## [Activity]
Please repeat the lines below exactly. Begin with the line containing "v 8.662 8.662 70" and go on through the line containing "v 10 -482.592 14.066".

## [Entries provided]
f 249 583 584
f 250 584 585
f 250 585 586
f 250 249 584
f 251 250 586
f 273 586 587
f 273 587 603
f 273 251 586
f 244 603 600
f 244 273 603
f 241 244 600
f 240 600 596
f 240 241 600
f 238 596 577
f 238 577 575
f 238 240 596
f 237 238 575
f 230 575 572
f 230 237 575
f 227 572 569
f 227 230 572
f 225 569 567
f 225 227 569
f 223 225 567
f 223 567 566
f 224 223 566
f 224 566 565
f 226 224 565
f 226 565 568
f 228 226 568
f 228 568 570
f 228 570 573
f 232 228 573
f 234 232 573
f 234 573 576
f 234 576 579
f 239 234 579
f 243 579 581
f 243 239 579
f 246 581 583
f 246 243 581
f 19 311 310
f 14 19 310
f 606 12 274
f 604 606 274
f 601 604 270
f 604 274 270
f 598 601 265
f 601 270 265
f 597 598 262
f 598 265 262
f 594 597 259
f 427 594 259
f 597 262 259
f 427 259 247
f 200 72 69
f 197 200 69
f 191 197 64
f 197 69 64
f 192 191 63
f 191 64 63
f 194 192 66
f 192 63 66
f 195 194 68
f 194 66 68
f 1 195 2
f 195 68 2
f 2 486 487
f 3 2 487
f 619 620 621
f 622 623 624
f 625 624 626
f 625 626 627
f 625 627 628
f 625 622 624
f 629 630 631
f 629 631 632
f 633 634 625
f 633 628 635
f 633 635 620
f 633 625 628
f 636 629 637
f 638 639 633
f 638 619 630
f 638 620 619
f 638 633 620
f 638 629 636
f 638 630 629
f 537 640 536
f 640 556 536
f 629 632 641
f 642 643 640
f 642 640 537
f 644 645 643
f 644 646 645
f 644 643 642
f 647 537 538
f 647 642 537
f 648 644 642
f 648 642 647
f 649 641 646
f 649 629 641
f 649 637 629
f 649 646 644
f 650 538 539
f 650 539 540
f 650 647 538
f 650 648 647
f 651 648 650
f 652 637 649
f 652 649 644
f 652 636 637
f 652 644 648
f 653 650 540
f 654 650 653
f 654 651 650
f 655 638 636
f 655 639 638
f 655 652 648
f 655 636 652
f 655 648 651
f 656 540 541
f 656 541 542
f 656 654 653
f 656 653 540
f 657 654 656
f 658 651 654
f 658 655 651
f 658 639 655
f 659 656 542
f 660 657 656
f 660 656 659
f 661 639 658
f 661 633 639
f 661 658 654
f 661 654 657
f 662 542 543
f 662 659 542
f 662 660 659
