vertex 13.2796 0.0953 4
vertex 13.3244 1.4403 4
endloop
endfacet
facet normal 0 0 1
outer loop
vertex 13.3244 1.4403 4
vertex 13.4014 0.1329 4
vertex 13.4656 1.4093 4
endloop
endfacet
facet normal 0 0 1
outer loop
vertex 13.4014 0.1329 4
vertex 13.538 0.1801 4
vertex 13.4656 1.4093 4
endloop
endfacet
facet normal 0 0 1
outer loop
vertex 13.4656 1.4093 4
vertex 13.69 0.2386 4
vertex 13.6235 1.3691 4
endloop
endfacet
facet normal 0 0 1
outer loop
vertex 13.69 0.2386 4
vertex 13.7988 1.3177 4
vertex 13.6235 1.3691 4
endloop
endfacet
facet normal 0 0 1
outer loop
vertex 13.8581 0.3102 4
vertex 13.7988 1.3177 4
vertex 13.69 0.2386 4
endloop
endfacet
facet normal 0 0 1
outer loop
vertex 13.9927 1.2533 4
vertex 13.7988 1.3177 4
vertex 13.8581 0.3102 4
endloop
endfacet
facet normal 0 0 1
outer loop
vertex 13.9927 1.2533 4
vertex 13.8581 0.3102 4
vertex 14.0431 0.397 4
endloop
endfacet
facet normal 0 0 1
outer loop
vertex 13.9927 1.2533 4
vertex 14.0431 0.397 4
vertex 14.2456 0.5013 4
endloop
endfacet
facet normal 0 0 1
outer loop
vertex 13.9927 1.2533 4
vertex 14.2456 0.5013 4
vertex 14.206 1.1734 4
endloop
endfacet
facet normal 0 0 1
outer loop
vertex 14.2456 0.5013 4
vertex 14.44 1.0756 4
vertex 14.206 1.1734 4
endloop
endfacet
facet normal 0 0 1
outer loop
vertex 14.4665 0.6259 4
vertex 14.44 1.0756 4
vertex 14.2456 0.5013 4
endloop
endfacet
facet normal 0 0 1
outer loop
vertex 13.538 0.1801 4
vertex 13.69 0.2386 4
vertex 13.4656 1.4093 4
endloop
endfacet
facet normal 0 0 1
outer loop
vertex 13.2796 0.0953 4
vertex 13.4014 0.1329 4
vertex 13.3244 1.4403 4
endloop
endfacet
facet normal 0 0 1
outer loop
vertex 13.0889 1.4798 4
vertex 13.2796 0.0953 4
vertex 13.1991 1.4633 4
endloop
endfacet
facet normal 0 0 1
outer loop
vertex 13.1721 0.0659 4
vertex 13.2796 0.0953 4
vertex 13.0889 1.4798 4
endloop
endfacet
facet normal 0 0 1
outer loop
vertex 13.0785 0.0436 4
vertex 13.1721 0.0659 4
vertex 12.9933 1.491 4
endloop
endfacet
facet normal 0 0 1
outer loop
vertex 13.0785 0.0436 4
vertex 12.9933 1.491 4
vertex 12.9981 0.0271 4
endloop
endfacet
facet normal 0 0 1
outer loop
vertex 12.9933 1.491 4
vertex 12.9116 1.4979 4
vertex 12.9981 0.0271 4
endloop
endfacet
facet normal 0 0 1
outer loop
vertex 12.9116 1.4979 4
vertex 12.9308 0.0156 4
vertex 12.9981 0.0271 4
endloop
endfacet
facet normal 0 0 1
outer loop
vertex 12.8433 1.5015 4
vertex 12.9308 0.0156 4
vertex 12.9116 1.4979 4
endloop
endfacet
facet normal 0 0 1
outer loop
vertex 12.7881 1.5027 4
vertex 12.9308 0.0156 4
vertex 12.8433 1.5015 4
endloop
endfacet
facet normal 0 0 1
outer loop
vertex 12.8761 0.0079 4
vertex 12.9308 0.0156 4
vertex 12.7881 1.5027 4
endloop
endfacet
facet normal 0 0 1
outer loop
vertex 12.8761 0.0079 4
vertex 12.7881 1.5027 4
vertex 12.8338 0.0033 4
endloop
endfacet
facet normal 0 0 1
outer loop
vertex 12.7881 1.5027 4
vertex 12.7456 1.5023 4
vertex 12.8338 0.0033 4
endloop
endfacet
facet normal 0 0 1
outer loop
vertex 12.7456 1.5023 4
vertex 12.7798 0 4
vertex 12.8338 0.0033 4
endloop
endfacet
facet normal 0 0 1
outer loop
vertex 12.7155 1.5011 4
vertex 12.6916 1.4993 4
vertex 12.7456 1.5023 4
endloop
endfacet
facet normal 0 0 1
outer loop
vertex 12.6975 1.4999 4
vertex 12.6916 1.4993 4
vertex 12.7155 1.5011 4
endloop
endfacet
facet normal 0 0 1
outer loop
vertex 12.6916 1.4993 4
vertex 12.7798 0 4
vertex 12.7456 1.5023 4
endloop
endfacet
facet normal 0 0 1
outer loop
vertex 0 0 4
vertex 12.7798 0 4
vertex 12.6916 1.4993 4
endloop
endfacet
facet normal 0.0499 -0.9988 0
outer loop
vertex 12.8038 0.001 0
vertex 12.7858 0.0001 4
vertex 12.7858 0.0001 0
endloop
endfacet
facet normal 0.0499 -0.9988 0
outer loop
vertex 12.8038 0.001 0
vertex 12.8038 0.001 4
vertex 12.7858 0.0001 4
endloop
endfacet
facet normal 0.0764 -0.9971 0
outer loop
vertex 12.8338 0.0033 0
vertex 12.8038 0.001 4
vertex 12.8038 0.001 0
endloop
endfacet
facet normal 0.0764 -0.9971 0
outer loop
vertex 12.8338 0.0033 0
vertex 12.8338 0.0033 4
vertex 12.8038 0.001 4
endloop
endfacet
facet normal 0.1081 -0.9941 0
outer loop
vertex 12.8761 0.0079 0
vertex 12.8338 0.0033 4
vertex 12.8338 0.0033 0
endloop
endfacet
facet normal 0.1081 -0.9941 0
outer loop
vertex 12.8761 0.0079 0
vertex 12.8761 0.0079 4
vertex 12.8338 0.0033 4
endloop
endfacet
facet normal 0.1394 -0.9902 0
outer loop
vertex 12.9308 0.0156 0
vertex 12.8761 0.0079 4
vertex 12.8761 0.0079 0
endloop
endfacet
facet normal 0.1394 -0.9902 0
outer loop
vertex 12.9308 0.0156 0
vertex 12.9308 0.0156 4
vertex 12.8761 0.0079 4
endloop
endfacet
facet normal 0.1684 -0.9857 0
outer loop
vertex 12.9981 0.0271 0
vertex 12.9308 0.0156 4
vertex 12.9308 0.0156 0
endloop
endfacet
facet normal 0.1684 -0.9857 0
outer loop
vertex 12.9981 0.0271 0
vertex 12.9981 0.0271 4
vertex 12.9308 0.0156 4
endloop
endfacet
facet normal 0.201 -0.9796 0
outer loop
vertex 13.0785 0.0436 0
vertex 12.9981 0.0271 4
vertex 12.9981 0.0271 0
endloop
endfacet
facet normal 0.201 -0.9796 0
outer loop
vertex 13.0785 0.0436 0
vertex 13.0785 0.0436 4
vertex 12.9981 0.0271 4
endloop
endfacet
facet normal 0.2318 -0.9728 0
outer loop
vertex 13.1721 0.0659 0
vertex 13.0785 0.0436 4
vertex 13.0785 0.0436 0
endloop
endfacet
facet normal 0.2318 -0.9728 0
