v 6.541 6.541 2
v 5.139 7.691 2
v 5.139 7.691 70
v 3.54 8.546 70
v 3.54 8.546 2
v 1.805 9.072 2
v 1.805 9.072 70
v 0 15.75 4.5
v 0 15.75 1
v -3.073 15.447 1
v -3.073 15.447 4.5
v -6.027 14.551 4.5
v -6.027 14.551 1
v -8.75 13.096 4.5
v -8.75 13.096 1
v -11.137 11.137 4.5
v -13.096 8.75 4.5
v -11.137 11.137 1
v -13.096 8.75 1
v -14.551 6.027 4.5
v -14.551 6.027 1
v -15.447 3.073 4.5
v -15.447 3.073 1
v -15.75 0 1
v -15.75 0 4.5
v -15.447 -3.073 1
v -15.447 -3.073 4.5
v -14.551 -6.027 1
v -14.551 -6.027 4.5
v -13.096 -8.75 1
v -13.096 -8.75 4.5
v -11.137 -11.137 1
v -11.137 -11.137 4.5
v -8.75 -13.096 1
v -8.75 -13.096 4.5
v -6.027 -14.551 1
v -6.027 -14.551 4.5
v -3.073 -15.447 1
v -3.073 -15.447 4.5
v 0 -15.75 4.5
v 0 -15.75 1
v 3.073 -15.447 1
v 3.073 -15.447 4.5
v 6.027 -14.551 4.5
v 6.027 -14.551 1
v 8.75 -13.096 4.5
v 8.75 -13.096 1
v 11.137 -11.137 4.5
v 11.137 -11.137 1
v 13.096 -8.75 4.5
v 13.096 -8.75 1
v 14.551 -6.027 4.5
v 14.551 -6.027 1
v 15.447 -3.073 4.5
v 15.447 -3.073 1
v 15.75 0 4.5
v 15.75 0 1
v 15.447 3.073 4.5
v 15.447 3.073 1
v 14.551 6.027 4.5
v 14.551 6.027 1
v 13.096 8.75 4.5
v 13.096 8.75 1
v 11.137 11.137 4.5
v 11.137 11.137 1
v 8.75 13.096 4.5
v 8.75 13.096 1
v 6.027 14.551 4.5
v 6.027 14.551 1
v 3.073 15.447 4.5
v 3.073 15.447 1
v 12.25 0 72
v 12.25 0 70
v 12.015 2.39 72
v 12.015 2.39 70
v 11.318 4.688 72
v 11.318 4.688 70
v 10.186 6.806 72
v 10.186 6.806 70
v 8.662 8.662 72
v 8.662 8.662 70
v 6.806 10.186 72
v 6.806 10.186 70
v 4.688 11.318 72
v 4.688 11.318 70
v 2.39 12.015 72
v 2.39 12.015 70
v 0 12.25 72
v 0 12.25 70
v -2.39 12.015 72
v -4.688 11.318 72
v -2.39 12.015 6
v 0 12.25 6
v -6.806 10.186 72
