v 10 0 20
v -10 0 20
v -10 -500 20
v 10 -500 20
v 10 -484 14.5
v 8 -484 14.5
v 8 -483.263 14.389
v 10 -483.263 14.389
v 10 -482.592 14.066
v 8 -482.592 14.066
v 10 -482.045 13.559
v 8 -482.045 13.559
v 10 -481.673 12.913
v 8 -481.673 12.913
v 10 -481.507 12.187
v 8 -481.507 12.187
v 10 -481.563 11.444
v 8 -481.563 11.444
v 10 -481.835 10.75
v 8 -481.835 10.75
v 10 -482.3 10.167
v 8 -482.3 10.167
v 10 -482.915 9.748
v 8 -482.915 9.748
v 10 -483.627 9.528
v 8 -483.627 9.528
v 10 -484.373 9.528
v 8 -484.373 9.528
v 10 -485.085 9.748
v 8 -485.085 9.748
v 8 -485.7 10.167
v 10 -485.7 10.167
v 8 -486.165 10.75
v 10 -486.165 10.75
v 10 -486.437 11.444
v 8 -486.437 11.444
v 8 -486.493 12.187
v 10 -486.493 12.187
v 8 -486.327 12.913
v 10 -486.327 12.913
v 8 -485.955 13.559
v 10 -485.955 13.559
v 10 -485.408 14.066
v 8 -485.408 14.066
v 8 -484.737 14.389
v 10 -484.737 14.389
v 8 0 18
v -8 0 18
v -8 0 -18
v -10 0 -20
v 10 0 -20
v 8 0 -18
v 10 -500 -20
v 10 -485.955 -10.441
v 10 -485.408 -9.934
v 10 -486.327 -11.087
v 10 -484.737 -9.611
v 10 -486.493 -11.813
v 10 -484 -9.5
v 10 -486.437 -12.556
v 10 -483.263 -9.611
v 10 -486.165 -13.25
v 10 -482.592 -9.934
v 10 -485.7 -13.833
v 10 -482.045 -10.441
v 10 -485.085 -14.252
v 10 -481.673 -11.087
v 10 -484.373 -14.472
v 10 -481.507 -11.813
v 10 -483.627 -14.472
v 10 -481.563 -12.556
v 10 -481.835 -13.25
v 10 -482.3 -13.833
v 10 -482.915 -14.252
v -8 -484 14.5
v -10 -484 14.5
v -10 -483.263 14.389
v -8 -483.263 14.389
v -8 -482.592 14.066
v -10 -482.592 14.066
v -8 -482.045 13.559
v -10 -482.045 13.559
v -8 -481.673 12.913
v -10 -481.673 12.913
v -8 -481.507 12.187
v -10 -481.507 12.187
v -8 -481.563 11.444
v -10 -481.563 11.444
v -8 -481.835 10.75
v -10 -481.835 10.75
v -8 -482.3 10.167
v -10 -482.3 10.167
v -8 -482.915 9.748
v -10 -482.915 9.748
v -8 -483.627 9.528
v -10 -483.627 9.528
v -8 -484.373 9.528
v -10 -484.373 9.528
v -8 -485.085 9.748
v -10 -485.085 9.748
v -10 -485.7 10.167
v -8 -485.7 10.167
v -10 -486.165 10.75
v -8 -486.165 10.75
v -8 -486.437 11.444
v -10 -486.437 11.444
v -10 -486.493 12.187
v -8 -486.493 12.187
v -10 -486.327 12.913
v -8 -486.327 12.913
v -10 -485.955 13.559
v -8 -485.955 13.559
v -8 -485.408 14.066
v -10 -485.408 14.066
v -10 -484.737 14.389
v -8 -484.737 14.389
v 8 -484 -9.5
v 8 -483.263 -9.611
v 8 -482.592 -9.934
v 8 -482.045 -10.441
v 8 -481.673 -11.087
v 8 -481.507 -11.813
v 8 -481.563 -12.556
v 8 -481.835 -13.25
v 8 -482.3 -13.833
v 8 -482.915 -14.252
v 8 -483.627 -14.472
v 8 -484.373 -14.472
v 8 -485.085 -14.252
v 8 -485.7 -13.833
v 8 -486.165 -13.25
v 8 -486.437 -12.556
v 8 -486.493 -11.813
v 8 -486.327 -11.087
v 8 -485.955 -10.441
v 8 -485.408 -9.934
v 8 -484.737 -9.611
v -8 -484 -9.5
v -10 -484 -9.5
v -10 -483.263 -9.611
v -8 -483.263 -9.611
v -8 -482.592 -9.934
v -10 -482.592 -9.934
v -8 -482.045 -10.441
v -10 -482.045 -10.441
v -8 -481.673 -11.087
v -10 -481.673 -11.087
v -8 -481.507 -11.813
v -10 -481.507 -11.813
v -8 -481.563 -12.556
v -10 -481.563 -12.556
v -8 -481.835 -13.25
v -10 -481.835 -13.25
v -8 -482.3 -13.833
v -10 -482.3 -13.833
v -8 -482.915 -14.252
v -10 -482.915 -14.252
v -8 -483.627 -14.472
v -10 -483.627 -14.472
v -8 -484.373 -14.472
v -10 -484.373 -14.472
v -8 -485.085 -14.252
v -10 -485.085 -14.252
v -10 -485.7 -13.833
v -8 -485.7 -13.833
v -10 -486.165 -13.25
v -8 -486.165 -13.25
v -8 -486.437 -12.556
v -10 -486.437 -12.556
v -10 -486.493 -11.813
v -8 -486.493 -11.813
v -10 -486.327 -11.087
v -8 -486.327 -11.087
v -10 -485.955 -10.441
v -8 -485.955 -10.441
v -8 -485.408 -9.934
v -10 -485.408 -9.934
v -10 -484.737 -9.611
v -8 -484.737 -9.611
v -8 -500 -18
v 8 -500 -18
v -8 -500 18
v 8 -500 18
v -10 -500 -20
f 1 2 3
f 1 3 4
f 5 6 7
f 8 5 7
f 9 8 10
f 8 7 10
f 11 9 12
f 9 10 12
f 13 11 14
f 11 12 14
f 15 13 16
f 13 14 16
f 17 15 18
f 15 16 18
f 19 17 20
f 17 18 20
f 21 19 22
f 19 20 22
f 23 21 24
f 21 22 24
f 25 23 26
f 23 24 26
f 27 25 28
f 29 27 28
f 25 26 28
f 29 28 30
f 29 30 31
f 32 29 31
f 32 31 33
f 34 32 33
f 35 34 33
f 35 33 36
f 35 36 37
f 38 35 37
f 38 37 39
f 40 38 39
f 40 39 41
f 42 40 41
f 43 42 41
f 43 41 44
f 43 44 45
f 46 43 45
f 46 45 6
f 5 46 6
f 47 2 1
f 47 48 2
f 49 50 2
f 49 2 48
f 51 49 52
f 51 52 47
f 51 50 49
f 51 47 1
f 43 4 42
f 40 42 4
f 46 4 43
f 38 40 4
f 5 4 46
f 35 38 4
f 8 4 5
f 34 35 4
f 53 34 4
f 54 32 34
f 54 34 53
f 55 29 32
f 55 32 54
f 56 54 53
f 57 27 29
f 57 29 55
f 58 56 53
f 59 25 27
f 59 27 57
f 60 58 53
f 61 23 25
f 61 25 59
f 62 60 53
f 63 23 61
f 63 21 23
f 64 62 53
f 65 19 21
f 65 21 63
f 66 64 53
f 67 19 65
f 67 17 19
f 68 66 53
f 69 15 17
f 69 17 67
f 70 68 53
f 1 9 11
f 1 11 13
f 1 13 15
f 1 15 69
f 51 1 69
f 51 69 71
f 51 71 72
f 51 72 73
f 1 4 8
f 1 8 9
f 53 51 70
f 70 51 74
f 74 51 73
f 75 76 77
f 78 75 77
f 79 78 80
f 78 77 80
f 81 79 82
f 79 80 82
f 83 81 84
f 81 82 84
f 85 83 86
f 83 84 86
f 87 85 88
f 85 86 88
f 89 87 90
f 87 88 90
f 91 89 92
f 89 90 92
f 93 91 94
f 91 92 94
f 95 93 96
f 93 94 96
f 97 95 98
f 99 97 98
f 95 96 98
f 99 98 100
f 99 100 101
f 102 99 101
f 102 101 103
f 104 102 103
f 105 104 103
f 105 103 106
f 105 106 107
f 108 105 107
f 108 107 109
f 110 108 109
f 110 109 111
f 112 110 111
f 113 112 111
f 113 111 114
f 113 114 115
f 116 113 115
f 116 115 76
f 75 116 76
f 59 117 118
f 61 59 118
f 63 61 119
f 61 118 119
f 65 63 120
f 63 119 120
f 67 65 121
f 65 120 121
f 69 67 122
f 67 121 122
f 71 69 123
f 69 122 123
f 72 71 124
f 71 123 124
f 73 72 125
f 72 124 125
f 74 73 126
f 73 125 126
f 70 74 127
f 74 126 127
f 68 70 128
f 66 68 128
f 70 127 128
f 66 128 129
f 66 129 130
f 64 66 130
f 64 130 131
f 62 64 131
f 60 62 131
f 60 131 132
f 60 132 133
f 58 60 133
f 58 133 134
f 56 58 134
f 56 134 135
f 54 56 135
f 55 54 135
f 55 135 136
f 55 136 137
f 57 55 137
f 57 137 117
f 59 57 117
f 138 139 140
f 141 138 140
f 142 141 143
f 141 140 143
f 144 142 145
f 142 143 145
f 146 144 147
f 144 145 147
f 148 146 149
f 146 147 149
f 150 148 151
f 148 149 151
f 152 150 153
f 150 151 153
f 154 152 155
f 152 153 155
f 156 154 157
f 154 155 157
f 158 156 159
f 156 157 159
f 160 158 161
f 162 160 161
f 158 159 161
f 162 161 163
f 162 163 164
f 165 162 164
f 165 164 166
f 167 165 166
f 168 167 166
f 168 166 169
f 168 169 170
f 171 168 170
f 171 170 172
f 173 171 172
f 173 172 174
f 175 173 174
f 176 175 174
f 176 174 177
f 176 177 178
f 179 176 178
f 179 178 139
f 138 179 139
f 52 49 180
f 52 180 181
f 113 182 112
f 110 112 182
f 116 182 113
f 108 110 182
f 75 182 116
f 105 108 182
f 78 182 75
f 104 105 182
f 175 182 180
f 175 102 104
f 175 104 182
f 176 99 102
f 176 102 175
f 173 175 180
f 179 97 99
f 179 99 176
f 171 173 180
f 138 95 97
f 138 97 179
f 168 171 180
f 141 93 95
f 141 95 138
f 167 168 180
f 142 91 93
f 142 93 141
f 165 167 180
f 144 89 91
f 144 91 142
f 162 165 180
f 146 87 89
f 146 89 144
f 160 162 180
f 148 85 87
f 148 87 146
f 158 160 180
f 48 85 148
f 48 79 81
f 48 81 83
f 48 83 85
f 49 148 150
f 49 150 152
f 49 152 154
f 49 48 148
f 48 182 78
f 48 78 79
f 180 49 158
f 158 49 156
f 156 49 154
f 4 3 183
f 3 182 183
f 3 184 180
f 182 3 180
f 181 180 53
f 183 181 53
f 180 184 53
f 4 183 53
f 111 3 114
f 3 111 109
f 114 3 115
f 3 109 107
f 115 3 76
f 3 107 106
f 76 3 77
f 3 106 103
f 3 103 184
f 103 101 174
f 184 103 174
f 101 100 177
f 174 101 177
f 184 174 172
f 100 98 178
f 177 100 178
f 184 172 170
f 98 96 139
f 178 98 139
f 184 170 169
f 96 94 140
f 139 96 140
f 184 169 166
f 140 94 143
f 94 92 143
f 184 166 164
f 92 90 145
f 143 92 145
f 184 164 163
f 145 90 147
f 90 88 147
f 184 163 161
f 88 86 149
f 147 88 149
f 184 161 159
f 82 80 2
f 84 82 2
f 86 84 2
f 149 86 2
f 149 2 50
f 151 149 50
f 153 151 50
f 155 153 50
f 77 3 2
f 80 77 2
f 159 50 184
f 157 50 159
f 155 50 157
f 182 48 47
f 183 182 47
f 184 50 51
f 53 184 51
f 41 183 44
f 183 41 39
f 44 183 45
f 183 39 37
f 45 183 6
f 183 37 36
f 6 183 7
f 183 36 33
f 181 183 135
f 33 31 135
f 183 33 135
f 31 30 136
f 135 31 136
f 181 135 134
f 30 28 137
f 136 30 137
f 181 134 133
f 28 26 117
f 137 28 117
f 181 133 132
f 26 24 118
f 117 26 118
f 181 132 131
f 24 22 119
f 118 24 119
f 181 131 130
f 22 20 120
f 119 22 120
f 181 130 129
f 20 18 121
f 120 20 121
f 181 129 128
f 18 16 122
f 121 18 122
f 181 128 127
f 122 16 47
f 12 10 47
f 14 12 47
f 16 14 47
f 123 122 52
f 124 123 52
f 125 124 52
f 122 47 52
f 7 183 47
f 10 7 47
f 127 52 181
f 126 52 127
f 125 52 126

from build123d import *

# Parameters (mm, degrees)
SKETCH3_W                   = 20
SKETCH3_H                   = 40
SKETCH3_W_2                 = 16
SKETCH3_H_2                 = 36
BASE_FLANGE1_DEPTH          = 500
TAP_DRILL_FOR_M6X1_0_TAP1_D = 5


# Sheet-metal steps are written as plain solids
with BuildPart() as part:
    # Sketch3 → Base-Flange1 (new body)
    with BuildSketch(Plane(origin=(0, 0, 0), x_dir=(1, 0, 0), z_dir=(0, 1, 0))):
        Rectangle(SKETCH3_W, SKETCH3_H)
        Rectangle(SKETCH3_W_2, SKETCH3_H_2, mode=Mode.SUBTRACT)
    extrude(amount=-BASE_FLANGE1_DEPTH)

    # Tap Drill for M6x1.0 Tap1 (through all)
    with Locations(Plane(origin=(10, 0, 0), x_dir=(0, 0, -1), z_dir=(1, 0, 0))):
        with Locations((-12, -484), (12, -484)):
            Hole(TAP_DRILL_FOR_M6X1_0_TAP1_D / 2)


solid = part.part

## [Exercise response]
v 8.662 8.662 70
v 6.806 10.186 72
v 6.806 10.186 70
v 4.688 11.318 72
v 4.688 11.318 70
v 2.39 12.015 72
v 2.39 12.015 70
v 0 12.25 72
v 0 12.25 70
v -2.39 12.015 72
v -4.688 11.318 72
v -2.39 12.015 6
v 0 12.25 6
v -6.806 10.186 72
v 10 0 20
v -10 0 20
v -10 -500 20
v 10 -500 20
v 10 -484 14.5
v 8 -484 14.5
v 8 -483.263 14.389
v 10 -483.263 14.389
v 10 -482.592 14.066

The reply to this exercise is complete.